The agent runs configured benchmark suites (throughput, latency, scalability, resource usage, swarm coordination, fault tolerance, and custom tests) either sequentially or in parallel, with warmup and cooldown phases. It aggregates detailed results, generates summaries, and compares outcomes against baselines. Built-in regression detectors use statistical methods and ML anomaly models to flag regressions and estimate severity.

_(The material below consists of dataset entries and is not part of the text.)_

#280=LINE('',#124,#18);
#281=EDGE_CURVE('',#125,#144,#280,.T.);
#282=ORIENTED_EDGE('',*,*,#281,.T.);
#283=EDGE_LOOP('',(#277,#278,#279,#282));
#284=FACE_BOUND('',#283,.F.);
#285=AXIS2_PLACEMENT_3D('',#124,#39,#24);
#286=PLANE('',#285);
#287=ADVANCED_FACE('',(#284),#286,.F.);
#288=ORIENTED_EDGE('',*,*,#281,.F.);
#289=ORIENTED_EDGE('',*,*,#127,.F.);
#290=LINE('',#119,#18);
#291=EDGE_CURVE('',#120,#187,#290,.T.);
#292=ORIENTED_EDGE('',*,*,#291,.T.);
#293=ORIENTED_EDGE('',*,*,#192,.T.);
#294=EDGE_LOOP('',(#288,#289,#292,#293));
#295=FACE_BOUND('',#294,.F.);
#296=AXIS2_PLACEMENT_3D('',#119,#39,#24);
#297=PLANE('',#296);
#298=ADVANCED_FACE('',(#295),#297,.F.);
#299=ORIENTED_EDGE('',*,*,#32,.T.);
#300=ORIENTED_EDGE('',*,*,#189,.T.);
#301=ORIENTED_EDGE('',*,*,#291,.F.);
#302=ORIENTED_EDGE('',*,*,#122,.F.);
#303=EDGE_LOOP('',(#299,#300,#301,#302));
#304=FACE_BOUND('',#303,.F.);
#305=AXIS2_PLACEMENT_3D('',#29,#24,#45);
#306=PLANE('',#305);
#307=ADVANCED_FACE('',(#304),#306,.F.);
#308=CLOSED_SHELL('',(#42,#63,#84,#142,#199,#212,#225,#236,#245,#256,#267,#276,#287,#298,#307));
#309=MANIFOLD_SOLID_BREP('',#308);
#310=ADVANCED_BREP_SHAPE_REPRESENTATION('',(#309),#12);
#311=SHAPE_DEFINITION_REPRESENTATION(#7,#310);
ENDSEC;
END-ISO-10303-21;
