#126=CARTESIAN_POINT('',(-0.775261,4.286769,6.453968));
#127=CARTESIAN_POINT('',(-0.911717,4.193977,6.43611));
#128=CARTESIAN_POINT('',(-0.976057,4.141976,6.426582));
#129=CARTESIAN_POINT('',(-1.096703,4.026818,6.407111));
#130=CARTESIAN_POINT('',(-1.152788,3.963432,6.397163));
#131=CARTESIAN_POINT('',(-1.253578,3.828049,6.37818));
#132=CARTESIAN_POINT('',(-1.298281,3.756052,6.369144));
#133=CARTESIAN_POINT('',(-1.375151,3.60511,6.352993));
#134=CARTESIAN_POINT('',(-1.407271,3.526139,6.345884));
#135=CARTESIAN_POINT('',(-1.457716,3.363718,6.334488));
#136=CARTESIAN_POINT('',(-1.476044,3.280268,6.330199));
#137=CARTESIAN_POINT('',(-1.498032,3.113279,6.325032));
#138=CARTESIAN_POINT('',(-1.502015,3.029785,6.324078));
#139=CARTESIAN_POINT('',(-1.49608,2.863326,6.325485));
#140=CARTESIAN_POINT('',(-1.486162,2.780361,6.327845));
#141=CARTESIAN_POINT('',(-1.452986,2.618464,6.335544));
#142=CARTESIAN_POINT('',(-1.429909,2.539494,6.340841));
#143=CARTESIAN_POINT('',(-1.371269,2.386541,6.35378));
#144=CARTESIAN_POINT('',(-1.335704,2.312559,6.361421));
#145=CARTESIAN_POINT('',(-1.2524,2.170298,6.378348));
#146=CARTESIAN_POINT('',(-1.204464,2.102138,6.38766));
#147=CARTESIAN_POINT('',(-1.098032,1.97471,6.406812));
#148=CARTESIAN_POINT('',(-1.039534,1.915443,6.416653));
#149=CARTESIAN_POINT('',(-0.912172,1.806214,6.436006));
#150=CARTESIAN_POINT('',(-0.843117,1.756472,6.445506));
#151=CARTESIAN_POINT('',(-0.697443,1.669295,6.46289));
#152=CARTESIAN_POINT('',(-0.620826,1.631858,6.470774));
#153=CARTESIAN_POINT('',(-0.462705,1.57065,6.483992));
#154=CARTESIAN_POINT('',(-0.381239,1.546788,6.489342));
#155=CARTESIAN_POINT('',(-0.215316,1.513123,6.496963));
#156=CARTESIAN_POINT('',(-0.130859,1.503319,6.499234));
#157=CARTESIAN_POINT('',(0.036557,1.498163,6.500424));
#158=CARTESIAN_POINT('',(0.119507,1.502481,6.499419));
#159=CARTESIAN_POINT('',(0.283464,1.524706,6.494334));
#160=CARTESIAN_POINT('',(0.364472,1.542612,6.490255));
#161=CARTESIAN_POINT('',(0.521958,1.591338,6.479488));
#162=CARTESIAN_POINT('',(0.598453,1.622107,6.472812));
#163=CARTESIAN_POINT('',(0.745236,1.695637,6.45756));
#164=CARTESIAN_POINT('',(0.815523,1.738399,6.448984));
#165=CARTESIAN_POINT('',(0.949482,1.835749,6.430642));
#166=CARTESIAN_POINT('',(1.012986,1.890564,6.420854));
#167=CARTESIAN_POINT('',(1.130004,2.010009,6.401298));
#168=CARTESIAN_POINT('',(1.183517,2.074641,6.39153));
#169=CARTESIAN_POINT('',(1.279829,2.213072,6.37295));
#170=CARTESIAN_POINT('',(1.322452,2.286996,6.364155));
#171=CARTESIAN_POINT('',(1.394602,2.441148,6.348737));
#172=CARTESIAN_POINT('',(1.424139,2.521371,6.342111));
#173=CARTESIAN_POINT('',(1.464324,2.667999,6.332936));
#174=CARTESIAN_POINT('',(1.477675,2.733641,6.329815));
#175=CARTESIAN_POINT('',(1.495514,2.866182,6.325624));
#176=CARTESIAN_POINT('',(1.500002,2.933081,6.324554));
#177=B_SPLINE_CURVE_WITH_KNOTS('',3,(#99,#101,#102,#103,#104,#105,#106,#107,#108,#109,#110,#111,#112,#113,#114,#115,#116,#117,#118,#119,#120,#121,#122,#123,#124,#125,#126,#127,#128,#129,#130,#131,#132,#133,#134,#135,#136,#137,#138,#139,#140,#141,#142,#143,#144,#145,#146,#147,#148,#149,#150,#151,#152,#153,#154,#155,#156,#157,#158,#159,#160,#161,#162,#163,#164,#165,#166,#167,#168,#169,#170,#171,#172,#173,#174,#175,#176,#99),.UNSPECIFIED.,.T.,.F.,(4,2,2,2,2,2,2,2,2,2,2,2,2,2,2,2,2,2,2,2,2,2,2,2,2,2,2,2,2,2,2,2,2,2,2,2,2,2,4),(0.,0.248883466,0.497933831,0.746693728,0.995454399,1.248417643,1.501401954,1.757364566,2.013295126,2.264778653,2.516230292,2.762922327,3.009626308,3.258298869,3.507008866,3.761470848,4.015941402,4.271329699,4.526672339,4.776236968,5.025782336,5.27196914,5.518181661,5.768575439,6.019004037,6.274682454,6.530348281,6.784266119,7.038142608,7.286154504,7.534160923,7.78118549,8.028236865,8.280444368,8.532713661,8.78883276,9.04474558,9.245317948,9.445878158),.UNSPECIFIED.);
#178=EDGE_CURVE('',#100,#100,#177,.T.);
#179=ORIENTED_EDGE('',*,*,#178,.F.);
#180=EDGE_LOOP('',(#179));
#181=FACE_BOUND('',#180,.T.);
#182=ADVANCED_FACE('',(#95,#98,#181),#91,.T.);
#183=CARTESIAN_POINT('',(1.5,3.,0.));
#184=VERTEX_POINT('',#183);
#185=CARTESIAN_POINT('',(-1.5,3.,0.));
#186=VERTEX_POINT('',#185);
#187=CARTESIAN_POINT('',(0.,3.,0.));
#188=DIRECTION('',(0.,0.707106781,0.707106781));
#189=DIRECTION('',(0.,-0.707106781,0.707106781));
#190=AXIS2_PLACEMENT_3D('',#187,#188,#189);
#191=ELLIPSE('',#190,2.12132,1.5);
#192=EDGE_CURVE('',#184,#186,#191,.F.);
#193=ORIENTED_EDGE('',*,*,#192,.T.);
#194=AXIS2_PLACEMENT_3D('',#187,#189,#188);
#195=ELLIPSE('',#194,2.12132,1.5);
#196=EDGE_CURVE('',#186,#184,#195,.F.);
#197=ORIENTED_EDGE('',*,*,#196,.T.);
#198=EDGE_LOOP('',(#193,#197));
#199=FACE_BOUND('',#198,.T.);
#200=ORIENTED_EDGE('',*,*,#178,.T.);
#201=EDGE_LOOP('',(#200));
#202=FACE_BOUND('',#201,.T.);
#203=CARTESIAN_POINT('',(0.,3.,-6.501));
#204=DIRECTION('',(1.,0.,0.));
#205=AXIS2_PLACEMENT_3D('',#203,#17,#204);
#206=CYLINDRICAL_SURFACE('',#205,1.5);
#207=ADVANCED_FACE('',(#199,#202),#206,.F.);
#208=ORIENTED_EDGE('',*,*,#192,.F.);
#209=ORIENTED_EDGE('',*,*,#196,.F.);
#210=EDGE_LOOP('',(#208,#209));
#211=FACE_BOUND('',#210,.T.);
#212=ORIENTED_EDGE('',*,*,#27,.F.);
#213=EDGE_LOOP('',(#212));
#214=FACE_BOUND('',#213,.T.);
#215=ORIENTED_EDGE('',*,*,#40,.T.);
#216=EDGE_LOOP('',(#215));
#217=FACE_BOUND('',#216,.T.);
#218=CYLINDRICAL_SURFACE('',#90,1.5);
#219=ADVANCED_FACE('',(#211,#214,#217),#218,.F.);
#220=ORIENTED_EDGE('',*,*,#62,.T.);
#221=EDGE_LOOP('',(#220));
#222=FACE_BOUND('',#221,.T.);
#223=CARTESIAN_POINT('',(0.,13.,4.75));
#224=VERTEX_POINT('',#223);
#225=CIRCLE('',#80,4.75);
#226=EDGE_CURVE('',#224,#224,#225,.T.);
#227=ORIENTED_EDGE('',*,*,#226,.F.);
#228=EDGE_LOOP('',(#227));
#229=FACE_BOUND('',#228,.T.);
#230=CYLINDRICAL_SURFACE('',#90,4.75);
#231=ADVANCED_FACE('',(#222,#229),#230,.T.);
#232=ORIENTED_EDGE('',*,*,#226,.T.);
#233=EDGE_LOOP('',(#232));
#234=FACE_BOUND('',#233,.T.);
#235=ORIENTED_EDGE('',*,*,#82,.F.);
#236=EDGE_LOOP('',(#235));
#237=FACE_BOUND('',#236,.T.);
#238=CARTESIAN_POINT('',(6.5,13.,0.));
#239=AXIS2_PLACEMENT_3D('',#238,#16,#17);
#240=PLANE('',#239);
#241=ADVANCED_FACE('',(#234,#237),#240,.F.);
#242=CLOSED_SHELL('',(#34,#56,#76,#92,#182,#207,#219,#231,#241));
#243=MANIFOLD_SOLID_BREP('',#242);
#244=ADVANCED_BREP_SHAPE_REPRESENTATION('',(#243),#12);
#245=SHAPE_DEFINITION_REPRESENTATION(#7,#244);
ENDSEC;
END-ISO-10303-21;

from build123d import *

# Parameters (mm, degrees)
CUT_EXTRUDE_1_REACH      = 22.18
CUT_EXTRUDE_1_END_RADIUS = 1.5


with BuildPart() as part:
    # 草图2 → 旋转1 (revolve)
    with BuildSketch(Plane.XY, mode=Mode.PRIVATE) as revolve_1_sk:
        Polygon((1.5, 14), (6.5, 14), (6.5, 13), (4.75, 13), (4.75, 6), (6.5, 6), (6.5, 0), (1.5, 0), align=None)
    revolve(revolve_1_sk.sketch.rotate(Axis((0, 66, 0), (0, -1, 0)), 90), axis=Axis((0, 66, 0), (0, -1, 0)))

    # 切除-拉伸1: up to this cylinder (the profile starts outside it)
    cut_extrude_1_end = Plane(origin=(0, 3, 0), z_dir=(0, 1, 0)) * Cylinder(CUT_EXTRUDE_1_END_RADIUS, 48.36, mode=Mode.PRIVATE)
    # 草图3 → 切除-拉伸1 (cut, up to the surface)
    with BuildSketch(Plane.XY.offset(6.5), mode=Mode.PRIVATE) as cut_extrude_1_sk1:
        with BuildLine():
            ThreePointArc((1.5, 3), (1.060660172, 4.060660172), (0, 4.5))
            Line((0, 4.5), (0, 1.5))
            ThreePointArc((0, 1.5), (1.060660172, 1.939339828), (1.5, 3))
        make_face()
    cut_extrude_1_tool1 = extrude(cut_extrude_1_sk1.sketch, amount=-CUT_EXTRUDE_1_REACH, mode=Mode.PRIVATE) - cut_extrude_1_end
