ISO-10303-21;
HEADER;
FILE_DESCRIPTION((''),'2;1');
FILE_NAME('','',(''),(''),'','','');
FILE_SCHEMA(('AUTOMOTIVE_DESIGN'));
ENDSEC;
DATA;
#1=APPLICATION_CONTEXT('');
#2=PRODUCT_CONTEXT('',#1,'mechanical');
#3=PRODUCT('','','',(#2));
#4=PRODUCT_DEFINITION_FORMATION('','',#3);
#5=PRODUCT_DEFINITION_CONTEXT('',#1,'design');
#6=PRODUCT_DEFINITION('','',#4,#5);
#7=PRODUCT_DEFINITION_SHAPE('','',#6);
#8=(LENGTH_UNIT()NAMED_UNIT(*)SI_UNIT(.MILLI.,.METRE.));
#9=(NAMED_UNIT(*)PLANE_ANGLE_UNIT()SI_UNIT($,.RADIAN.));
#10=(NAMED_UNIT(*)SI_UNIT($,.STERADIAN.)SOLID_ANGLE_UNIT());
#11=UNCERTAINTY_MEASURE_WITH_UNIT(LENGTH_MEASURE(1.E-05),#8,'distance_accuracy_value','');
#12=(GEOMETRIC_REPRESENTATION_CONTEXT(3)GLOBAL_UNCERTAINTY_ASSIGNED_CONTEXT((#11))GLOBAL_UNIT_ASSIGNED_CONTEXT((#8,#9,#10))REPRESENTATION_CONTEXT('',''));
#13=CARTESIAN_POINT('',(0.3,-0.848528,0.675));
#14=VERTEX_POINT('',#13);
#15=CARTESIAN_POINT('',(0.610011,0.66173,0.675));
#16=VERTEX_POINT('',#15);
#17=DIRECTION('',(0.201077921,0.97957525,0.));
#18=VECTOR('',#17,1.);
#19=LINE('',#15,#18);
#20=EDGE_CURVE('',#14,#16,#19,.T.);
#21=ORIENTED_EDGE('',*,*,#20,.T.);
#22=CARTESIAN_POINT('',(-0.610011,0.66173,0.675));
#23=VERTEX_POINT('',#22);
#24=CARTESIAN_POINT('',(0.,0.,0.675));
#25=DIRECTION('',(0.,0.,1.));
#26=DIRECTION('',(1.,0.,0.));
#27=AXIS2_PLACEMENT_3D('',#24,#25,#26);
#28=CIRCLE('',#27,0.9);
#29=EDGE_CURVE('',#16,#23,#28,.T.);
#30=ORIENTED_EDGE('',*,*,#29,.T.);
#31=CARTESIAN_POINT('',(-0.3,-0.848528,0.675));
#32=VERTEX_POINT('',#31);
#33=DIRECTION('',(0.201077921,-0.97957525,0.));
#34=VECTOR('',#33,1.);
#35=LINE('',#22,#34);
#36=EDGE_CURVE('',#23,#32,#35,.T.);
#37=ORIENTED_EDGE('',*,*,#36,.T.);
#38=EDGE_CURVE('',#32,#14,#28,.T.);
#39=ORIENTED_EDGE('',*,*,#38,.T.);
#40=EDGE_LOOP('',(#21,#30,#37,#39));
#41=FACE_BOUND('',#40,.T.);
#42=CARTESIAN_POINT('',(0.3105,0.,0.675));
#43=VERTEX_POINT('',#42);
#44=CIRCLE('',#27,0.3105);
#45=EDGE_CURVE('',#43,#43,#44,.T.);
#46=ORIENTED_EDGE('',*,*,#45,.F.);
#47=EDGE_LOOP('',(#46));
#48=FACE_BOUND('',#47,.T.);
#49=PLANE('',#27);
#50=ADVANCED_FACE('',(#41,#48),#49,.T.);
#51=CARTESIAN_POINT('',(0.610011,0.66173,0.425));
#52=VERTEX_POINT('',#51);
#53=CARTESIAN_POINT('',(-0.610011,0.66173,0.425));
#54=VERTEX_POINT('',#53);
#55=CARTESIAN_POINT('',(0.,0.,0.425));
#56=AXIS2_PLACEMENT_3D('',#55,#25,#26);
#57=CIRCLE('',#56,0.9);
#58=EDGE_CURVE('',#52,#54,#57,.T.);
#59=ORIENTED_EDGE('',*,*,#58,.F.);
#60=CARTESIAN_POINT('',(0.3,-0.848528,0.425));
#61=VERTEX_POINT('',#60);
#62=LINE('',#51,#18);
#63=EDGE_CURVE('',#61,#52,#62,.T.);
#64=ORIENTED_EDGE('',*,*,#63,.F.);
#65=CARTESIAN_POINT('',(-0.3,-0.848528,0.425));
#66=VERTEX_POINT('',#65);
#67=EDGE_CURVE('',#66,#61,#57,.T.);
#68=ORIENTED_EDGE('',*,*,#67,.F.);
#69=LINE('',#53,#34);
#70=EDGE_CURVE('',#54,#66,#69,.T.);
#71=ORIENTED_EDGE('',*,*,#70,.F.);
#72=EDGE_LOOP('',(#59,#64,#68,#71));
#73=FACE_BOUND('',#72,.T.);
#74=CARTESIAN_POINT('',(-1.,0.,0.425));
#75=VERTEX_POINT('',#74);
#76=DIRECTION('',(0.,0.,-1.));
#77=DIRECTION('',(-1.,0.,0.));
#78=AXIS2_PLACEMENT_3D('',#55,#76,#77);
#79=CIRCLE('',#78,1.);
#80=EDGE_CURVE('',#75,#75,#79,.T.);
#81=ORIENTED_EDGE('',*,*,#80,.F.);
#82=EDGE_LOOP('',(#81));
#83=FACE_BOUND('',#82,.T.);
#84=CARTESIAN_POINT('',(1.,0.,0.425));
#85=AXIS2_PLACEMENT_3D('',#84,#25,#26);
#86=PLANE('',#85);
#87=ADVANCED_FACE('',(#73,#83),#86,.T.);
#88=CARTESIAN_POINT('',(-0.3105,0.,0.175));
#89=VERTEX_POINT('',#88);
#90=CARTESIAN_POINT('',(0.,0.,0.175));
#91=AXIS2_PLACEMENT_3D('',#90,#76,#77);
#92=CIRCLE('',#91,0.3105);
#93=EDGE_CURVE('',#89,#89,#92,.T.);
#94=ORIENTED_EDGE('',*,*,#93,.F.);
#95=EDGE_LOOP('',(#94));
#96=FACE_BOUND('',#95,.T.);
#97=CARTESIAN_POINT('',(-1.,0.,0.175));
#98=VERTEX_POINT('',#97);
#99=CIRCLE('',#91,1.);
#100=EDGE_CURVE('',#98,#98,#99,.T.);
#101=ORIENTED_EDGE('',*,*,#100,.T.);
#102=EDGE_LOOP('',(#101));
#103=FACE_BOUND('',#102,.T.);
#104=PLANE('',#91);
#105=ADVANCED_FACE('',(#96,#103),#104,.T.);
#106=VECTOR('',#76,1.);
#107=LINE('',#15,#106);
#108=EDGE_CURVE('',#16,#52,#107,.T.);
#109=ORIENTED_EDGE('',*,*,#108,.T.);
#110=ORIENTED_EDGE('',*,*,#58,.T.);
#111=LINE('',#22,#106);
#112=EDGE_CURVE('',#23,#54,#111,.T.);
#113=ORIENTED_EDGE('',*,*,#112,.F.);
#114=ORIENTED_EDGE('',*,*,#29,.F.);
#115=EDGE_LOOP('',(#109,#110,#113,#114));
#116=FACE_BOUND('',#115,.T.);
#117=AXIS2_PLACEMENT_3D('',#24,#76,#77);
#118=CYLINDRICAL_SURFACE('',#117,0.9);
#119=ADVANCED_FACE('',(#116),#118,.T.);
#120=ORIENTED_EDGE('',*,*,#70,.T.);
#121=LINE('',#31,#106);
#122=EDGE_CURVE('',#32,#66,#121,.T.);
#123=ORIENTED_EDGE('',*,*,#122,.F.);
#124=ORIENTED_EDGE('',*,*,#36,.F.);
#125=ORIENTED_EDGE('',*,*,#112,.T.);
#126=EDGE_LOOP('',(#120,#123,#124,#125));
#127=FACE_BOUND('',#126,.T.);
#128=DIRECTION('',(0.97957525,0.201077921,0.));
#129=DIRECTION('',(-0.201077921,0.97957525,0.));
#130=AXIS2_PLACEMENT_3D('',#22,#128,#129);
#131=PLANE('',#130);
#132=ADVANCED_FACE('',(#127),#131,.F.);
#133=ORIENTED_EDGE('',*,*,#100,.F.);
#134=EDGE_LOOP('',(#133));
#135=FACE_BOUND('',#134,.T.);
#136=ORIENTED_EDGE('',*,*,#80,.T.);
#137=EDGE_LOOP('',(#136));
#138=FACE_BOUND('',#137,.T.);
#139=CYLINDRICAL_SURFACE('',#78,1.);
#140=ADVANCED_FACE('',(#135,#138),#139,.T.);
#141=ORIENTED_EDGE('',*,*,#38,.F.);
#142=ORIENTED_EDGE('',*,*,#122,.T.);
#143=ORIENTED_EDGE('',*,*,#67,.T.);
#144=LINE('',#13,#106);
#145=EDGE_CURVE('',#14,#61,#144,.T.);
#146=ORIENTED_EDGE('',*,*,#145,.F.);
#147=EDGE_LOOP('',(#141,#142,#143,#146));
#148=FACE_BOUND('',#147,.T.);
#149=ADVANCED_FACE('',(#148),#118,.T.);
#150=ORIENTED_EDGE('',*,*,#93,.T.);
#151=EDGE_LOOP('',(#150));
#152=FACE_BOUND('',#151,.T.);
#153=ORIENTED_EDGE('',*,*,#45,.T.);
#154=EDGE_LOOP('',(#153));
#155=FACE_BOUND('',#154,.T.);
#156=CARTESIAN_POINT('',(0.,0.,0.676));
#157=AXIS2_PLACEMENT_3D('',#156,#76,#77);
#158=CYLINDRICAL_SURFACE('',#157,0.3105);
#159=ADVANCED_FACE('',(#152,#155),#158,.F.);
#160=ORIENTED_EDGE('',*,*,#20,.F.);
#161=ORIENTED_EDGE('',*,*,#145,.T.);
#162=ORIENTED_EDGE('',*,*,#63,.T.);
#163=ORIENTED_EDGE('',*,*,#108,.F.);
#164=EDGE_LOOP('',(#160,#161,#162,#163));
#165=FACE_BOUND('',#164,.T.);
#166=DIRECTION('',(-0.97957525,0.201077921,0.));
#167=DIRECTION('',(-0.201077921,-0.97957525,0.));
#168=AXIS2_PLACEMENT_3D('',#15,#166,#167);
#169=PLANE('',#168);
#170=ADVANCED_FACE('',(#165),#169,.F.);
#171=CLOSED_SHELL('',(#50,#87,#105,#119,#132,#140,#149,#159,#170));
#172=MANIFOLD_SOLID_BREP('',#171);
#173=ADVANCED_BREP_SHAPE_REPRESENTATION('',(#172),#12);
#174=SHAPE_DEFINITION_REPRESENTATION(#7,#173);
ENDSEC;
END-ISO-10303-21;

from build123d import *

# Parameters (mm, degrees)
SKETCH1_W           = 1
SKETCH1_H           = 0.25
BOSS_EXTRUDE1_DEPTH = 0.25
CUT_EXTRUDE1_REACH  = 2.675
SKETCH3_R           = 0.3105


with BuildPart() as part:
    # Sketch1 → Revolve1 (revolve)
    with BuildSketch(Plane.XZ):
        with Locations((0.5, 0.3)):
            Rectangle(SKETCH1_W, SKETCH1_H)
    revolve(axis=Axis((0, 0, 0.425), (0, 0, -1)))

    # Sketch2 → Boss-Extrude1 (add)
    with BuildSketch(Plane.XY.offset(0.425)):
        with BuildLine():
            Line((0.610011397, 0.661729625), (0.3, -0.848528137))
            ThreePointArc((0.3, -0.848528137), (0, -0.9), (-0.3, -0.848528137))
            Line((-0.3, -0.848528137), (-0.610011397, 0.661729625))
            ThreePointArc((-0.610011397, 0.661729625), (0, 0.9), (0.610011397, 0.661729625))
        make_face()
    extrude(amount=BOSS_EXTRUDE1_DEPTH)

    # Sketch3 → Cut-Extrude1 (cut, up to next)
    with BuildSketch(Plane.XY, mode=Mode.PRIVATE) as cut_extrude1_sk1:
        Circle(SKETCH3_R)
    cut_extrude1_tool1 = extrude(cut_extrude1_sk1.sketch, amount=CUT_EXTRUDE1_REACH, mode=Mode.PRIVATE) & part.part
    add(cut_extrude1_tool1.solids().sort_by_distance((0, 0, 0))[0], mode=Mode.SUBTRACT)


solid = part.part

Automated test campaigns, validators, and a recommendation engine produce remediation guidance and validation reports.

When to use it

Before or after deploying swarm-based services to validate performance against SLAs.
When introducing code changes, infrastructure updates, or model upgrades to detect regressions.
To run scheduled or continuous performance campaigns for capacity planning.
When testing fault tolerance, load balancing, and coordination behavior in multi-agent systems.
For validating scalability and discovering breaking points with stress and endurance tests.

Best practices

Provide a representative baseline dataset and historical metrics for accurate regression detection.
Use warmup and cooldown windows to remove transient noise from measurements.
Run repeatable campaigns with fixed seeds and configuration snapshots for reliable comparisons.
Start with sequential runs for stability, then enable parallel mode to stress orchestration layers.
Combine statistical and ML detectors to balance sensitivity and false-positive control.

Example use cases

Validate that a new Claude Code agent release preserves throughput and latency compared to the last stable baseline.
Execute a stress campaign to identify the breaking point and generate a degradation curve for capacity planning.
Run nightly automated performance campaigns that detect regressions and open alerts when severity thresholds are exceeded.
Benchmark coordination and load-balancing strategies across a distributed swarm to choose the best topology.
Validate SLA compliance for response time and error rates before a production rollout.

FAQ

Can I compare current runs to historical baselines?

Yes. The suite supports baseline comparisons and aggregates differences with confidence and severity scoring.

How are regressions detected?

It uses multiple detectors—statistical change point (CUSUM), ML-based anomaly models, threshold checks, and trend analysis—then aggregates results for confidence and severity.